▼▼▼

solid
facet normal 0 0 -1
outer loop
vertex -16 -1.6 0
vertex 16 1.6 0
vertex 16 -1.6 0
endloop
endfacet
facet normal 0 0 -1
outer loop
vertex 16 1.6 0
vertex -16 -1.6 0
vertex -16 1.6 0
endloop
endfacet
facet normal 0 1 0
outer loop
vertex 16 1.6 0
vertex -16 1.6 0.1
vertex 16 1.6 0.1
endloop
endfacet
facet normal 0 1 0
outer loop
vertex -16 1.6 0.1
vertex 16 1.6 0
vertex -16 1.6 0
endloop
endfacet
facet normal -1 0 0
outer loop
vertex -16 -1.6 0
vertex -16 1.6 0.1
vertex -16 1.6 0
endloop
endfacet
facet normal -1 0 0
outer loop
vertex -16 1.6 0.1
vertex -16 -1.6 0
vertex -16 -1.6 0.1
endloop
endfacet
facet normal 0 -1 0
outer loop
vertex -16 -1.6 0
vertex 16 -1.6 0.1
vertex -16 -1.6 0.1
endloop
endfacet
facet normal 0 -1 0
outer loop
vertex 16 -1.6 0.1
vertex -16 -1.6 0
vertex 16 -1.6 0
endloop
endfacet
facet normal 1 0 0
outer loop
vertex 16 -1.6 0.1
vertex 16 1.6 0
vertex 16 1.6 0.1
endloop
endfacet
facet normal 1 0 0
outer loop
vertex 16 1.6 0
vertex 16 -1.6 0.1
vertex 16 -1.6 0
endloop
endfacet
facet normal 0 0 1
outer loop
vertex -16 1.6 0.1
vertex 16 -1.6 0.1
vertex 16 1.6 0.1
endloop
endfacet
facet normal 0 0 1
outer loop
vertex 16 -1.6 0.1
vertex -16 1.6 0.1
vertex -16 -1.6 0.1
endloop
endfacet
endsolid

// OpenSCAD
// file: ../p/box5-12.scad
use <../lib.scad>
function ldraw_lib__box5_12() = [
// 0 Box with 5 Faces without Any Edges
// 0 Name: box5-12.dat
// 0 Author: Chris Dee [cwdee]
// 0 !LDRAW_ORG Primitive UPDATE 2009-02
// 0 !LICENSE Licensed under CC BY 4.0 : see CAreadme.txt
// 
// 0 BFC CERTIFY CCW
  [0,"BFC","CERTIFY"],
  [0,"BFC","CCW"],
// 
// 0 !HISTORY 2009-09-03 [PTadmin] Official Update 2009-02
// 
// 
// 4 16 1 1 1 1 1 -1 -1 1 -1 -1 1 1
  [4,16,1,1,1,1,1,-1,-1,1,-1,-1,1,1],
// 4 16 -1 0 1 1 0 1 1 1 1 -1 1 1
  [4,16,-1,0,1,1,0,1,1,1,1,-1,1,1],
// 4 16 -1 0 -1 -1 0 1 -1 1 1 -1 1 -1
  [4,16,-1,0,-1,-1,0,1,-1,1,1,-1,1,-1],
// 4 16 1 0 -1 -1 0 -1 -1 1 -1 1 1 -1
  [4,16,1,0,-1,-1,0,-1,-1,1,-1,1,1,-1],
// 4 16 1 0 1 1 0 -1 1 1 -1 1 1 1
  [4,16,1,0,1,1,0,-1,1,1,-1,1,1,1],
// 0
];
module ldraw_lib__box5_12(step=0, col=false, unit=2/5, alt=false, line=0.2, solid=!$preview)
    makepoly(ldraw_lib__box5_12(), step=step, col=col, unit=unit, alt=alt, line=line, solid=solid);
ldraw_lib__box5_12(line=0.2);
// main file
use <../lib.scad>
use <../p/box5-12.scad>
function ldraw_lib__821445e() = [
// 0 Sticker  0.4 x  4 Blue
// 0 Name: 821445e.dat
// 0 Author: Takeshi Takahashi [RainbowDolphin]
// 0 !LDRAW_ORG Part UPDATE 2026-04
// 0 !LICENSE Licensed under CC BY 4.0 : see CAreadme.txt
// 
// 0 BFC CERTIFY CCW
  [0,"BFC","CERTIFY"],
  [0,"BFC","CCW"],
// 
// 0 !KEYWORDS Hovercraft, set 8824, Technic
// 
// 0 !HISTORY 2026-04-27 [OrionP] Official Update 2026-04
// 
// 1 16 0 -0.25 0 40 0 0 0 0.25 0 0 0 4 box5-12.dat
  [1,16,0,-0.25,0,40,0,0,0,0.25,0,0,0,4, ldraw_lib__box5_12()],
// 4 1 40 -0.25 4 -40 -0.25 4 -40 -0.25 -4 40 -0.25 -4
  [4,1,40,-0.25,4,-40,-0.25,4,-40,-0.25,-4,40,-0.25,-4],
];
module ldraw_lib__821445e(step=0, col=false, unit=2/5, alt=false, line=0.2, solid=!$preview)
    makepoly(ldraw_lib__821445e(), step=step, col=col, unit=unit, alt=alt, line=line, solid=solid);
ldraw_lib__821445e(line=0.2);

▲▲▲

* **Work request**
Your response needs to restate the lines above exactly.

* **Worked solution**
solid
facet normal 0 0 -1
outer loop
vertex -16 -1.6 0
vertex 16 1.6 0
vertex 16 -1.6 0
endloop
endfacet
facet normal 0 0 -1
outer loop
vertex 16 1.6 0
vertex -16 -1.6 0
vertex -16 1.6 0
endloop
endfacet
facet normal 0 1 0
outer loop
vertex 16 1.6 0
vertex -16 1.6 0.1
vertex 16 1.6 0.1
endloop
endfacet
facet normal 0 1 0
outer loop
vertex -16 1.6 0.1
vertex 16 1.6 0
vertex -16 1.6 0
endloop
endfacet
facet normal -1 0 0
outer loop
vertex -16 -1.6 0
vertex -16 1.6 0.1
vertex -16 1.6 0
endloop
endfacet
facet normal -1 0 0
outer loop
vertex -16 1.6 0.1
vertex -16 -1.6 0
vertex -16 -1.6 0.1
endloop
endfacet
facet normal 0 -1 0
outer loop
vertex -16 -1.6 0
vertex 16 -1.6 0.1
vertex -16 -1.6 0.1
endloop
endfacet
facet normal 0 -1 0
outer loop
vertex 16 -1.6 0.1
vertex -16 -1.6 0
vertex 16 -1.6 0
endloop
endfacet
facet normal 1 0 0
outer loop
vertex 16 -1.6 0.1
vertex 16 1.6 0
vertex 16 1.6 0.1
endloop
endfacet
facet normal 1 0 0
outer loop
vertex 16 1.6 0
vertex 16 -1.6 0.1
vertex 16 -1.6 0
endloop
endfacet
facet normal 0 0 1
outer loop
vertex -16 1.6 0.1
vertex 16 -1.6 0.1
vertex 16 1.6 0.1
endloop
endfacet
facet normal 0 0 1
outer loop
vertex 16 -1.6 0.1
vertex -16 1.6 0.1
vertex -16 -1.6 0.1
endloop
endfacet
endsolid

// OpenSCAD
// file: ../p/box5-12.scad
use <../lib.scad>
function ldraw_lib__box5_12() = [
// 0 Box with 5 Faces without Any Edges
// 0 Name: box5-12.dat
// 0 Author: Chris Dee [cwdee]
// 0 !LDRAW_ORG Primitive UPDATE 2009-02
// 0 !LICENSE Licensed under CC BY 4.0 : see CAreadme.txt
// 
// 0 BFC CERTIFY CCW
  [0,"BFC","CERTIFY"],
  [0,"BFC","CCW"],
// 
// 0 !HISTORY 2009-09-03 [PTadmin] Official Update 2009-02
// 
// 
// 4 16 1 1 1 1 1 -1 -1 1 -1 -1 1 1
  [4,16,1,1,1,1,1,-1,-1,1,-1,-1,1,1],
// 4 16 -1 0 1 1 0 1 1 1 1 -1 1 1
  [4,16,-1,0,1,1,0,1,1,1,1,-1,1,1],
// 4 16 -1 0 -1 -1 0 1 -1 1 1 -1 1 -1
  [4,16,-1,0,-1,-1,0,1,-1,1,1,-1,1,-1],
// 4 16 1 0 -1 -1 0 -1 -1 1 -1 1 1 -1
  [4,16,1,0,-1,-1,0,-1,-1,1,-1,1,1,-1],
// 4 16 1 0 1 1 0 -1 1 1 -1 1 1 1
  [4,16,1,0,1,1,0,-1,1,1,-1,1,1,1],
// 0
];
module ldraw_lib__box5_12(step=0, col=false, unit=2/5, alt=false, line=0.2, solid=!$preview)
    makepoly(ldraw_lib__box5_12(), step=step, col=col, unit=unit, alt=alt, line=line, solid=solid);
ldraw_lib__box5_12(line=0.2);
// main file
use <../lib.scad>
use <../p/box5-12.scad>
function ldraw_lib__821445e() = [
// 0 Sticker  0.4 x  4 Blue
// 0 Name: 821445e.dat
// 0 Author: Takeshi Takahashi [RainbowDolphin]
// 0 !LDRAW_ORG Part UPDATE 2026-04
// 0 !LICENSE Licensed under CC BY 4.0 : see CAreadme.txt
// 
// 0 BFC CERTIFY CCW
  [0,"BFC","CERTIFY"],
  [0,"BFC","CCW"],
// 
// 0 !KEYWORDS Hovercraft, set 8824, Technic
// 
// 0 !HISTORY 2026-04-27 [OrionP] Official Update 2026-04
// 
// 1 16 0 -0.25 0 40 0 0 0 0.25 0 0 0 4 box5-12.dat
  [1,16,0,-0.25,0,40,0,0,0,0.25,0,0,0,4, ldraw_lib__box5_12()],
// 4 1 40 -0.25 4 -40 -0.25 4 -40 -0.25 -4 40 -0.25 -4
  [4,1,40,-0.25,4,-40,-0.25,4,-40,-0.25,-4,40,-0.25,-4],
];
module ldraw_lib__821445e(step=0, col=false, unit=2/5, alt=false, line=0.2, solid=!$preview)
    makepoly(ldraw_lib__821445e(), step=step, col=col, unit=unit, alt=alt, line=line, solid=solid);
ldraw_lib__821445e(line=0.2);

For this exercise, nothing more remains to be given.